I need a fast week here.

Normal posting doesn’t resume for about another week but I needed to get this post in here. I swear if I make it to Tuesday without a complete melt-down…

Uncle Jeff is coming up from South Carolina soon. Dad is going to be holding a mini-reunion for him along with the rest of their siblings (Uncle Kenny, Uncle Art, and Aunt Julie). Of course the family matriarch would not miss seeing all her children in one place, so Grandma is going to be there as well. I may duck out.

My sister has given me warning that I’m probably going to be ambushed. Aunt Julie has been probing for gossip on my love life. Grandma has been asking my dad. In fact, Grandma even cornered me at last year’s Christmas party. Thankfully, Aunt Jessica (Uncle Art’s wife) deflected some of the attention for me. During Uncle Jeff’s last visit a couple years ago, he was talking about his son and how he was worried that he didn’t seem to have a girlfriend. (His son is younger than me by over a year.) I think that I might avoid their questions if I lock myself in my room. Leaving won’t be an option, believe me.

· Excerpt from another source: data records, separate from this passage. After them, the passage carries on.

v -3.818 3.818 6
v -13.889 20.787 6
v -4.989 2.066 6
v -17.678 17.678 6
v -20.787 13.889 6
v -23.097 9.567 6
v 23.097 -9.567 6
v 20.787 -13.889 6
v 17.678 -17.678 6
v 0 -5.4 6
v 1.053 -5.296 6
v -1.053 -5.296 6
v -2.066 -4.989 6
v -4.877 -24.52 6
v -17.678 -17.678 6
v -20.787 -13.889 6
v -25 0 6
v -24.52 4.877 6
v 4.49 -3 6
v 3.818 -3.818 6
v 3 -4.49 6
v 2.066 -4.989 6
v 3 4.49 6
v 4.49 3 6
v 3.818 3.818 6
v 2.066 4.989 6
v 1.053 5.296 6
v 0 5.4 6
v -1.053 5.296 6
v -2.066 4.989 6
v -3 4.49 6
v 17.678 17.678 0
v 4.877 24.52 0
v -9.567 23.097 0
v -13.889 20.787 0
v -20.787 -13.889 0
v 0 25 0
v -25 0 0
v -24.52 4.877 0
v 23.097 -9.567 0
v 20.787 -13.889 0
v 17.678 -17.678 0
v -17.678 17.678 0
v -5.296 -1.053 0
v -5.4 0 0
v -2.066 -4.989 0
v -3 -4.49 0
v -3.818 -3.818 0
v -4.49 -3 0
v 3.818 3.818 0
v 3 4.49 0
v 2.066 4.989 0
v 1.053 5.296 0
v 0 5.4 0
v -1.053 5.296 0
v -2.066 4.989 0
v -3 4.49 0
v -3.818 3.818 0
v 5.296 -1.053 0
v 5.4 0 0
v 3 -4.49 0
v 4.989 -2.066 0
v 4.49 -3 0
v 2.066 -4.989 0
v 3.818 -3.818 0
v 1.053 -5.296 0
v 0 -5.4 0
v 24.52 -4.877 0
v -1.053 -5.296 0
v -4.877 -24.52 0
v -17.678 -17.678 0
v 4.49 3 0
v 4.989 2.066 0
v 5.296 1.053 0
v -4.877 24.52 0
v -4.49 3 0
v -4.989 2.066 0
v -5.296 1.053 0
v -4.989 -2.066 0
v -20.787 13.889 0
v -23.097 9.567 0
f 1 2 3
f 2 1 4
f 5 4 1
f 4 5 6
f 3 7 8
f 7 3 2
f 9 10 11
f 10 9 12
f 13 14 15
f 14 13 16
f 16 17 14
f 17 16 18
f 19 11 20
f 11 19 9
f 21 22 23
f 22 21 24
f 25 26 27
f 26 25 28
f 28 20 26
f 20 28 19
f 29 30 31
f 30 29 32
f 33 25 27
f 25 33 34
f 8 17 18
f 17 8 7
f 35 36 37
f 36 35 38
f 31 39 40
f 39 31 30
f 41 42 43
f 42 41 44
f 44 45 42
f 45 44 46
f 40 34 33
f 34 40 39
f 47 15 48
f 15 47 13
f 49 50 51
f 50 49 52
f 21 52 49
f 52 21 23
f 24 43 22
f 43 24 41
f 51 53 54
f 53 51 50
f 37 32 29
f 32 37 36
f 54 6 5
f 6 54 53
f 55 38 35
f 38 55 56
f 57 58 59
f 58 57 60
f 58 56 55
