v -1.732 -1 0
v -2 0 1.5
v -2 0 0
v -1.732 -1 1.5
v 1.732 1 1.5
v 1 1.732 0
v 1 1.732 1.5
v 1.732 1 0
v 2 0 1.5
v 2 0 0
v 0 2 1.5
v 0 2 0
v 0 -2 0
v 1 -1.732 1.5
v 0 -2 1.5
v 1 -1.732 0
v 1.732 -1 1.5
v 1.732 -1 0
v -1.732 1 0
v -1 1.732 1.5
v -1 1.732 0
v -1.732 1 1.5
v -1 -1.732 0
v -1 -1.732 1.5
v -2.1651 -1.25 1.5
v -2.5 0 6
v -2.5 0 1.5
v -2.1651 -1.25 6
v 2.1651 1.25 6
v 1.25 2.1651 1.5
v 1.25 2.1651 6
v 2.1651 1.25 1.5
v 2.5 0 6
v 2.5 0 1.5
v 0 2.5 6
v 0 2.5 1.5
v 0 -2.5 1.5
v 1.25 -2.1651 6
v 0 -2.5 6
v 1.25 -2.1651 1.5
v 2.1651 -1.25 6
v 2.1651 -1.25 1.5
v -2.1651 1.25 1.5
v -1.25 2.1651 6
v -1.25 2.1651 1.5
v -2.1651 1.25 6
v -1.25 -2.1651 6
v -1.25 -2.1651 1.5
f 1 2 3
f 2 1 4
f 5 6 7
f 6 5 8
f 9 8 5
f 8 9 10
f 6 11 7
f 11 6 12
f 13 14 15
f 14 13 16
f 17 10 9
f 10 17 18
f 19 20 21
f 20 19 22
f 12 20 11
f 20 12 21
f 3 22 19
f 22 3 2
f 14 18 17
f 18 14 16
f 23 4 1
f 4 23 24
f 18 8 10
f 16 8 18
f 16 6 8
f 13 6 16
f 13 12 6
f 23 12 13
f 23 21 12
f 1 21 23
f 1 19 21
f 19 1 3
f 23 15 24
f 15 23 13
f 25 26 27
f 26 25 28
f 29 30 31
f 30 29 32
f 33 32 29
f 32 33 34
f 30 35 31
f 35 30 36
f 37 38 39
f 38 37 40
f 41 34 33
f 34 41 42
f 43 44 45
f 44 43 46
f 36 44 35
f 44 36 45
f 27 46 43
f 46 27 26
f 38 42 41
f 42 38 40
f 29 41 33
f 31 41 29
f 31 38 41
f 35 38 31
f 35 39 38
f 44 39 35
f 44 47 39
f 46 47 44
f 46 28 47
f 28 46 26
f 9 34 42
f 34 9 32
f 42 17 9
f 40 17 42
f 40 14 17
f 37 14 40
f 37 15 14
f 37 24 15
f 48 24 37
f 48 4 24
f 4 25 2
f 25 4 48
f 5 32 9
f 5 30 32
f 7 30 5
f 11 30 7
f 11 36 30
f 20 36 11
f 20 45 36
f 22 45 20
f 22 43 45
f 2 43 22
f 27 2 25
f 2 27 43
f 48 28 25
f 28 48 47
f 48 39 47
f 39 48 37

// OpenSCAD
// brick round 1x1 wo stud

// external vars #########################

// part ##################################

module brick_round_1x1_wo_stud() {
  $fn = 12;
  union() { cylinder(h=2,d=4); translate([0,0,1.5]) cylinder(h=4.5,d=5); }
}

brick_round_1x1_wo_stud();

As I have mentioned on Peering, if I am asked about my orientation, I will tell them. I just prefer to avoid the question at all costs. That position has got me terrified for another reason though. Say Grandma and Aunt Julie corners me and starts the inquisition, I may just out myself to the entire family. Oh, what a mess that will be. On one hand, my dad might not flip out in front of the family. On the other, it robs everyone of a more civilized coming-out experience with the exception of my sister who will probably be in a corner with the camera. In any event, I’m moving the rifle from its location and hiding it.

Comments

Unknown said…
Hang in there. Remember, it is easy to make things so much worse in your head, bouncing around in there...

:)
David said…
^I really hope that it's my brain going into overdrive and I'm trying to force myself into calming down. I just need to make it to Tuesday.
Anonymous said…
Tell everyone you are thinking about being a munk. Then people will get in to that whole religious conversation and it will defer "love" issues.

Trust me. It works.
Moncrief Speaks said…
Inject yourself with the flu virus if you really want to avoid the event.

Gah, why are straight people so obsessed with "having a girlfriend" and knowing who you're dating. Breed! Breed! Breed! Couple! Couple! Couple! It's so tired.
David said…
@Byron: I've already entertained the possibility of going into the priesthood. I'd rather not go down that road again. But you know... whatever works.

@Moncrief: I would if I could get over it by the next day. Sadly, I need a whole boat load of luck, good karma, and health that day. Fairy dust probably wouldn't hurt either.